What you should do:
Set out exactly every line of the entries below, starting at the line that holds "f 124 123 227" and stopping after the line that holds "f 107 227 225".

- - -

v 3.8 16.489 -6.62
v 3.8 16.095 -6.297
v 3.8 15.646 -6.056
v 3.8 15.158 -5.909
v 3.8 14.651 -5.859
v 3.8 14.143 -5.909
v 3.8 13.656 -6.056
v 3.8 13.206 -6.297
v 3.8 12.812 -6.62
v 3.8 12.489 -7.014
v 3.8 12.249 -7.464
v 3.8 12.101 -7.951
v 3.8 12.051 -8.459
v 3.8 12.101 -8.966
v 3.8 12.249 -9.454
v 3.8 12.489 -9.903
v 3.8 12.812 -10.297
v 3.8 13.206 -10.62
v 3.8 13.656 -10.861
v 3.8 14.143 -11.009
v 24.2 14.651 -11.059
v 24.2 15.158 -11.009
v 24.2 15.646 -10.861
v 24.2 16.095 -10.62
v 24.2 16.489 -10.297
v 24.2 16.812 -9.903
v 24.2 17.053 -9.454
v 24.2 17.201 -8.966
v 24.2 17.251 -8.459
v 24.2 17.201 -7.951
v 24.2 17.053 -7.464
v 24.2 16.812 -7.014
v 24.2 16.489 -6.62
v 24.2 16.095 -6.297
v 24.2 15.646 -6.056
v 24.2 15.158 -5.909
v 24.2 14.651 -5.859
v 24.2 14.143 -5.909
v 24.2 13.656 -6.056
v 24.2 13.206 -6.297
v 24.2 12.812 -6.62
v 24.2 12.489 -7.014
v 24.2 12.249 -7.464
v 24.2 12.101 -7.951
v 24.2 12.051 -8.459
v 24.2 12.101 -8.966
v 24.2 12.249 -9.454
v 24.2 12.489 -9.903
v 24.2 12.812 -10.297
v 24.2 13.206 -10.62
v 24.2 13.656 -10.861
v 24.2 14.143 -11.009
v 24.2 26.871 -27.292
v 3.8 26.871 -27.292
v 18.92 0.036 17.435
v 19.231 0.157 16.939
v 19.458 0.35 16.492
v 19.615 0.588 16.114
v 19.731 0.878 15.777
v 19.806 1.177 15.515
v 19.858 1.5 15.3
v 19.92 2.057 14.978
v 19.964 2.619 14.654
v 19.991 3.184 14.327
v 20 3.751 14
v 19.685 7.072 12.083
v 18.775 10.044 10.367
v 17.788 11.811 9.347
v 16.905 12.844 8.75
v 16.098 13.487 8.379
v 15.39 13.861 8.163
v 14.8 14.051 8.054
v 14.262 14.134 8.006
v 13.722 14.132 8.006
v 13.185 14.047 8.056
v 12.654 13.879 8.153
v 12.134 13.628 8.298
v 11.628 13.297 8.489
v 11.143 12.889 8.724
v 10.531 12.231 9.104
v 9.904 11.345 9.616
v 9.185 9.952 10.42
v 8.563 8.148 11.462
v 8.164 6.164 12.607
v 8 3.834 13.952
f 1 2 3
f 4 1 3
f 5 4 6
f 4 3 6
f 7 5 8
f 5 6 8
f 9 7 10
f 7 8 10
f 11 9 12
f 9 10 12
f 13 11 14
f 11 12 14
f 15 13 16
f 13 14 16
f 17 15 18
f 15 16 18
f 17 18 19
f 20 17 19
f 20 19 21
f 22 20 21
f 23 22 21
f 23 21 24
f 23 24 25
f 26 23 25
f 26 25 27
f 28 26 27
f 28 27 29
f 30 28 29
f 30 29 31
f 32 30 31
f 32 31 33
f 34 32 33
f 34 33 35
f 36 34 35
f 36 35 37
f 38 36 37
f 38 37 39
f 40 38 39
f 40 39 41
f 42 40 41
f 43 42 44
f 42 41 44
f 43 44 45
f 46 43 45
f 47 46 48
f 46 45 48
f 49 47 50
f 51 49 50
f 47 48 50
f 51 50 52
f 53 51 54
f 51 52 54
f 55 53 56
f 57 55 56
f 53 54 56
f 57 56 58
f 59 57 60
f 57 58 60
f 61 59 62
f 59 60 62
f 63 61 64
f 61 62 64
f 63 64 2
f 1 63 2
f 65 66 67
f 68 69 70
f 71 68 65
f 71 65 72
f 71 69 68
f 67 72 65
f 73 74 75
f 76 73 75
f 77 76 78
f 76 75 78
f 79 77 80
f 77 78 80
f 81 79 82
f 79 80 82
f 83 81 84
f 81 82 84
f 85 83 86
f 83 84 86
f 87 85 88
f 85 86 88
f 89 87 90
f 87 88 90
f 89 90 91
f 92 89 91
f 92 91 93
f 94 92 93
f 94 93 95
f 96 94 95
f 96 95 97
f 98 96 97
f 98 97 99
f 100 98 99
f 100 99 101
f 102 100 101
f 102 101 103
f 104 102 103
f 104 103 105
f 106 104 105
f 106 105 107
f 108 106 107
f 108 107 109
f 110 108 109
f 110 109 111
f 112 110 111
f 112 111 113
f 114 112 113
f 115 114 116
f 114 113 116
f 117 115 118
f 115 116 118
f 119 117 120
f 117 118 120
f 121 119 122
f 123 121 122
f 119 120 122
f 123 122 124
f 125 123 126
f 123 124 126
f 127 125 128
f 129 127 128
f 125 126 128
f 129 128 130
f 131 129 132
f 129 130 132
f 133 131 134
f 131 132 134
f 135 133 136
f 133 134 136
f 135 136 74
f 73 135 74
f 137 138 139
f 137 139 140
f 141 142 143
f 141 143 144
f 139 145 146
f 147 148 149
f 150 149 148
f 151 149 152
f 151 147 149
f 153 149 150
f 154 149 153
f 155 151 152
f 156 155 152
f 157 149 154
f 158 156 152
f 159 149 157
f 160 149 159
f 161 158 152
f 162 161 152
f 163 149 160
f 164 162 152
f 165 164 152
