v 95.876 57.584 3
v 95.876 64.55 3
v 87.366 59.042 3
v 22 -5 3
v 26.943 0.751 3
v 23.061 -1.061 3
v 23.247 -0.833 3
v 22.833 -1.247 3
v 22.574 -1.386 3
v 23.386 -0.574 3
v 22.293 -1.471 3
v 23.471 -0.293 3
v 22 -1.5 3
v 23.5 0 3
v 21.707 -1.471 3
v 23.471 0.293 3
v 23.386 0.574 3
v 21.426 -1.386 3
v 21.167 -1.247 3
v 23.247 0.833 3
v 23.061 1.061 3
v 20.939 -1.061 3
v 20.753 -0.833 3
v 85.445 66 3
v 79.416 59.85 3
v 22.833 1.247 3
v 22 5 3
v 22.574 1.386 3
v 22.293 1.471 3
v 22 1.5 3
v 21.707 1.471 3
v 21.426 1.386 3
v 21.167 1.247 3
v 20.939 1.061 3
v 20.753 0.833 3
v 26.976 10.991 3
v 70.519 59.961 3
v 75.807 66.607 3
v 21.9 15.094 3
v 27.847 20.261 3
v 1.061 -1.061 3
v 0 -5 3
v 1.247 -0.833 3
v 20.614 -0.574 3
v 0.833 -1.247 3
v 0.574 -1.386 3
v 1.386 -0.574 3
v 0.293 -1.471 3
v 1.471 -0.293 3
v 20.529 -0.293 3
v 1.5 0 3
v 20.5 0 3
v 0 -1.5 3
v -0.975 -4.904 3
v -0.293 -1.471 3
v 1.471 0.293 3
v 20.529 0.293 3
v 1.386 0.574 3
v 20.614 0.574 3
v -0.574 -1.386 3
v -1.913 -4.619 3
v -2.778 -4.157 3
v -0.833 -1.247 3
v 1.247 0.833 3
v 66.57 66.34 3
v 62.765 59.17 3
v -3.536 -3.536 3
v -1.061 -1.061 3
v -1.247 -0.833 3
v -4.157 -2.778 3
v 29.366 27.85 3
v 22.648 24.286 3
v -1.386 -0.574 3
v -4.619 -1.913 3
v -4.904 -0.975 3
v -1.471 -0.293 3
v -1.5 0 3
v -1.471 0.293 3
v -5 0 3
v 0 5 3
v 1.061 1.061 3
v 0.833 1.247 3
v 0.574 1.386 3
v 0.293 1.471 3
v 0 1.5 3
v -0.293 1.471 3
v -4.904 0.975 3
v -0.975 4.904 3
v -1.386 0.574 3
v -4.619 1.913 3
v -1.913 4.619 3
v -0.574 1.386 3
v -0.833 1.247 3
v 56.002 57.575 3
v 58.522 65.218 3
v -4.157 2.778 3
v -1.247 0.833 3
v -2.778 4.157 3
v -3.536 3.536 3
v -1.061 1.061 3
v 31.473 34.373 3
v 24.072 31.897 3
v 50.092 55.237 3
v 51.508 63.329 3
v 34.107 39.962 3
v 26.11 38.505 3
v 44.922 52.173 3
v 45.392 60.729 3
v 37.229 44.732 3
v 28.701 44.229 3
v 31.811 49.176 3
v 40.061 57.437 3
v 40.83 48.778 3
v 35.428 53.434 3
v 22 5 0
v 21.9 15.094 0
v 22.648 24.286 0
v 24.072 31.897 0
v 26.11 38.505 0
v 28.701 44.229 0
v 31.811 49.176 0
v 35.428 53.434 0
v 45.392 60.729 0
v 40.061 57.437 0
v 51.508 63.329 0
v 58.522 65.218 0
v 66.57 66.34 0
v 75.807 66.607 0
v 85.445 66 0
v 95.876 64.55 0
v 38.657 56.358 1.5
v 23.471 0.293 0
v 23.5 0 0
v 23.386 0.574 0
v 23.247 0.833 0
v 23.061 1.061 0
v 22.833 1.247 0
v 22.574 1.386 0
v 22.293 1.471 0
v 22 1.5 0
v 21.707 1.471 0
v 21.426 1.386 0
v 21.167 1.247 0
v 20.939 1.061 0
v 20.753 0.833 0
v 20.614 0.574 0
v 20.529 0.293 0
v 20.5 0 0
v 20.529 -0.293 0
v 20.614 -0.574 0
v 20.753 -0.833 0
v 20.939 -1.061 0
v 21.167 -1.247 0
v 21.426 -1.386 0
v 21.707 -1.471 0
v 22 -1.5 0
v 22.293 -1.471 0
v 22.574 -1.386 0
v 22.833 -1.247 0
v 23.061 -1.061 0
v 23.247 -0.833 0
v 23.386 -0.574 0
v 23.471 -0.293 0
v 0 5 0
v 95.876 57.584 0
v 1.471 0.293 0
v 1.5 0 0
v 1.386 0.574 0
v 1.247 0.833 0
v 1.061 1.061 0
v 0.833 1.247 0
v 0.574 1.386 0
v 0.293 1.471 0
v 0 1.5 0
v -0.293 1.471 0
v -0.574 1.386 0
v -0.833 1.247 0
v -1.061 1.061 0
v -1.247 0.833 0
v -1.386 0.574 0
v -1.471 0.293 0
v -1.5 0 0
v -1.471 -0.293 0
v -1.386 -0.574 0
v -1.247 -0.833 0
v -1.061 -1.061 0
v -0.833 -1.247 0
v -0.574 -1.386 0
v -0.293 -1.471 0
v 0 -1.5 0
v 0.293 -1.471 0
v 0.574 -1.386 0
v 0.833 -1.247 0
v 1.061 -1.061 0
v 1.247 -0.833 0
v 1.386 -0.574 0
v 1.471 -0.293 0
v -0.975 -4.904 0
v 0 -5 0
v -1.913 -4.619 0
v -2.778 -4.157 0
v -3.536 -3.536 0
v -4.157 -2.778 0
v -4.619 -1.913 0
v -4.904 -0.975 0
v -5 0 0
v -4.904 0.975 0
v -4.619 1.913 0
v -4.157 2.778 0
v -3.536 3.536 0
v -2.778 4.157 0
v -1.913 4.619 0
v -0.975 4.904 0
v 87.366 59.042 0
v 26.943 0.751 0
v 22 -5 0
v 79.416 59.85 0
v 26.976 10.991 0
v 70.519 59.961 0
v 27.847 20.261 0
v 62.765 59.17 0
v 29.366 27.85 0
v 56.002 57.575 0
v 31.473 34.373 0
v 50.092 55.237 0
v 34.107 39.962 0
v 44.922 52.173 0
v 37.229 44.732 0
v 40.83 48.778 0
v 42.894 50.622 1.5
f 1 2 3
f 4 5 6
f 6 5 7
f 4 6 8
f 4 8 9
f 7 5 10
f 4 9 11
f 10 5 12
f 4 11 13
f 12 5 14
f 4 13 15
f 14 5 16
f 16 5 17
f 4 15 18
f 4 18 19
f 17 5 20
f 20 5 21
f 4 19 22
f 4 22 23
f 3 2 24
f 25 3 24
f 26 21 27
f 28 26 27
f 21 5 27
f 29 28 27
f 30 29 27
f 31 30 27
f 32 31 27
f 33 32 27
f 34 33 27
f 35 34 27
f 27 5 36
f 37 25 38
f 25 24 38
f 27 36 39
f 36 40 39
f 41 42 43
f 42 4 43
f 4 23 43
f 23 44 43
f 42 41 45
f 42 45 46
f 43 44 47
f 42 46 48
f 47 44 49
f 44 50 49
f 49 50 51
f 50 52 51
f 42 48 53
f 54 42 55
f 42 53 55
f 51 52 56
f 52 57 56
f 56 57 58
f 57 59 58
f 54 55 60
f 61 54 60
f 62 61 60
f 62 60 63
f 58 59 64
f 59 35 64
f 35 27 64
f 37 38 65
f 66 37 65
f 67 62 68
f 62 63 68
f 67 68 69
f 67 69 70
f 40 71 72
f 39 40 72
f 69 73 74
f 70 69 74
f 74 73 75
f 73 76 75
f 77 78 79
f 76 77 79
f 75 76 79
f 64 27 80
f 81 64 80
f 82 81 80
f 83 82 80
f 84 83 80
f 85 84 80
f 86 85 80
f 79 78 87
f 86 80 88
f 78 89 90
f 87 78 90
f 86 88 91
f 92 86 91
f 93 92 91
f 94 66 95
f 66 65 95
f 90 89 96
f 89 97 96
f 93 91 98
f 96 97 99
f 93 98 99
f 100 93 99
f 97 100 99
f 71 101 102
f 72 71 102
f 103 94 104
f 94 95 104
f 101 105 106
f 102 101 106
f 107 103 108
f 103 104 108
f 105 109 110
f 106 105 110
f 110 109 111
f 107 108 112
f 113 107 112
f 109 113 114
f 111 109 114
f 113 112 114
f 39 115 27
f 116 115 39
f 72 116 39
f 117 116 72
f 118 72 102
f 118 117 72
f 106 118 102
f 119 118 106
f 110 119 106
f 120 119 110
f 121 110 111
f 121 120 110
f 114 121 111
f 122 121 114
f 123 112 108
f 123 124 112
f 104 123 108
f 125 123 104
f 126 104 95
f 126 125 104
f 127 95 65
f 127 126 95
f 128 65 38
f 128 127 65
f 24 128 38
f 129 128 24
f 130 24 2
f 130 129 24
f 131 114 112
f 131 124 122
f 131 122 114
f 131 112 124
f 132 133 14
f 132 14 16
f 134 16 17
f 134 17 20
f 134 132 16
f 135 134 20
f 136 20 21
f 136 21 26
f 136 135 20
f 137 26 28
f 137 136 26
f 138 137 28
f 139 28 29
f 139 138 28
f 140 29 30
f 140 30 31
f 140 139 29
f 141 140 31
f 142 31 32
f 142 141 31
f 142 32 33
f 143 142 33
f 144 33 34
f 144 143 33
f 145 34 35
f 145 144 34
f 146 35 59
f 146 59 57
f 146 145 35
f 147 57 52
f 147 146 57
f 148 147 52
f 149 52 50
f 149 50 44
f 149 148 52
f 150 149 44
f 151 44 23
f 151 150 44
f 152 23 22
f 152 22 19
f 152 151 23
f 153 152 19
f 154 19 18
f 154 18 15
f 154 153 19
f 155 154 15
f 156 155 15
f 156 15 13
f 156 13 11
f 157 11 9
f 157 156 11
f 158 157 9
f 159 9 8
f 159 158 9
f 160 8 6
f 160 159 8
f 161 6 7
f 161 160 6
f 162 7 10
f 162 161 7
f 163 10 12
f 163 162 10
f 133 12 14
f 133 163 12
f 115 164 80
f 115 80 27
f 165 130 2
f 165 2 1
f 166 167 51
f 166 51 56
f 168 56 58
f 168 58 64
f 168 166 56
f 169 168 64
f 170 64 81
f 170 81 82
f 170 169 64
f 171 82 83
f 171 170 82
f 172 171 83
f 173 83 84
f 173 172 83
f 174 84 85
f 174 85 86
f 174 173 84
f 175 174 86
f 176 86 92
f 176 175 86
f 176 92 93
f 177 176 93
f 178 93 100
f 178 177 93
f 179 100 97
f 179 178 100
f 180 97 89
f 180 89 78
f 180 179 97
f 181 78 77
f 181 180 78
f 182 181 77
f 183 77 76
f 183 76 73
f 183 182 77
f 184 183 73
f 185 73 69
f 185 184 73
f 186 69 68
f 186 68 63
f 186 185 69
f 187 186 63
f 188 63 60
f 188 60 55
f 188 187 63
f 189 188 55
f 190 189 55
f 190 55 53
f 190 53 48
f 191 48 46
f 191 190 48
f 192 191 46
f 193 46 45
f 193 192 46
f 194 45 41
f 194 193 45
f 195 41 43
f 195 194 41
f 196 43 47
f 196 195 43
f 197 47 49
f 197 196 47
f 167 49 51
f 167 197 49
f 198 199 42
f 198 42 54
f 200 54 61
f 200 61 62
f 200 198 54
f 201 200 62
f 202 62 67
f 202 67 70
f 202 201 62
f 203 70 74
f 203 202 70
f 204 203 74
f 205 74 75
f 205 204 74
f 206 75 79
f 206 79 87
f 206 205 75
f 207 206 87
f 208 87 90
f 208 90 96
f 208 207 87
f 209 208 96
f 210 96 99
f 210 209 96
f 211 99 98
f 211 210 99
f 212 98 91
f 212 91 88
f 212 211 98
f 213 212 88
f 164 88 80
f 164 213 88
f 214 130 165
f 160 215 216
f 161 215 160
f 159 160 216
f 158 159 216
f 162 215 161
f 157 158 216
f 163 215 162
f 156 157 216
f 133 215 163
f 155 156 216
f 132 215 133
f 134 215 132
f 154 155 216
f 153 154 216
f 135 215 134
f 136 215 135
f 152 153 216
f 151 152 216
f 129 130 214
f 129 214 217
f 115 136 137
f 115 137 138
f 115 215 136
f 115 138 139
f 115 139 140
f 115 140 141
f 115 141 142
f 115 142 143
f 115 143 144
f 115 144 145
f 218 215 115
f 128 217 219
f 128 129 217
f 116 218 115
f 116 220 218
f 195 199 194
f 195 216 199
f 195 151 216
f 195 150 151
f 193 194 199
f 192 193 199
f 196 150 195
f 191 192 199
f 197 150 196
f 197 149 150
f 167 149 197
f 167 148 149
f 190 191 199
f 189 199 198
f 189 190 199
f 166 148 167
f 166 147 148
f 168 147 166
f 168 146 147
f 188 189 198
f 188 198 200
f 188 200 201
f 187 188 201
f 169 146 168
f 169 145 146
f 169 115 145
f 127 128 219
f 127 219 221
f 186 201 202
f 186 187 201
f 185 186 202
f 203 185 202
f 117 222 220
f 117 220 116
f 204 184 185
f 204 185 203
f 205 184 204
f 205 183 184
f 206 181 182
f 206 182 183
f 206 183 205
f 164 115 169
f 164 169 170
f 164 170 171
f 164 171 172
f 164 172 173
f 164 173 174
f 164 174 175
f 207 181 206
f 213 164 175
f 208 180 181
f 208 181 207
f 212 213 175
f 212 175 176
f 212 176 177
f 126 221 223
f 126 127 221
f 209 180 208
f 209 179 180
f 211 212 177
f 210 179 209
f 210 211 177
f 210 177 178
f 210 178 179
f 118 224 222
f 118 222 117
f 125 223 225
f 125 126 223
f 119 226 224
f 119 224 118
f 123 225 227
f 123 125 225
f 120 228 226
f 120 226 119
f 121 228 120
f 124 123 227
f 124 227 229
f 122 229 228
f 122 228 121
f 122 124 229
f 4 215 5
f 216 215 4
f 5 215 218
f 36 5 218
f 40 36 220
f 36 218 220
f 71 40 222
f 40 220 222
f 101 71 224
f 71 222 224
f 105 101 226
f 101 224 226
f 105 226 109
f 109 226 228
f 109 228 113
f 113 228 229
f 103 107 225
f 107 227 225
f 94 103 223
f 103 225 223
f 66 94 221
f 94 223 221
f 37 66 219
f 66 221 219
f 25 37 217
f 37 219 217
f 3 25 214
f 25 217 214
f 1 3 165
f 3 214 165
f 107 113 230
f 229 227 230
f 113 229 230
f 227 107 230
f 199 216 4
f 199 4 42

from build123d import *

# Parameters (mm, degrees)
SKETCH1_R           = 1.5
BOSS_EXTRUDE1_DEPTH = 3


with BuildPart() as part:
    # Sketch1 → Boss-Extrude1 (new body)
    with BuildSketch(Plane.XY):
        with BuildLine():
            Line((0, 5), (22, 5))
            add(Edge.make_bspline(
                [(22, 5), (18.375967342, 77.940552932), (95.875501698, 64.550484918)],
                knots=[0, 0, 0, 1, 1, 1], degree=2))
            Line((95.875501698, 64.550484918), (95.875501698, 57.584409058))
            add(Edge.make_bspline(
                [(26.94328985, 0.750923068), (24.379410311, 72.075337148), (95.875501698, 57.584409058)],
                knots=[0, 0, 0, 1, 1, 1], degree=2))
            Line((26.94328985, 0.750923068), (22, -5))
            Line((22, -5), (0, -5))
            ThreePointArc((0, -5), (-5, 0), (0, 5))
        make_face()
        Circle(SKETCH1_R, mode=Mode.SUBTRACT)
        with Locations((22, 0)):
            Circle(SKETCH1_R, mode=Mode.SUBTRACT)
    extrude(amount=BOSS_EXTRUDE1_DEPTH)


solid = part.part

- - -

Reply:
f 124 123 227
f 124 227 229
f 122 229 228
f 122 228 121
f 122 124 229
f 4 215 5
f 216 215 4
f 5 215 218
f 36 5 218
f 40 36 220
f 36 218 220
f 71 40 222
f 40 220 222
f 101 71 224
f 71 222 224
f 105 101 226
f 101 224 226
f 105 226 109
f 109 226 228
f 109 228 113
f 113 228 229
f 103 107 225
f 107 227 225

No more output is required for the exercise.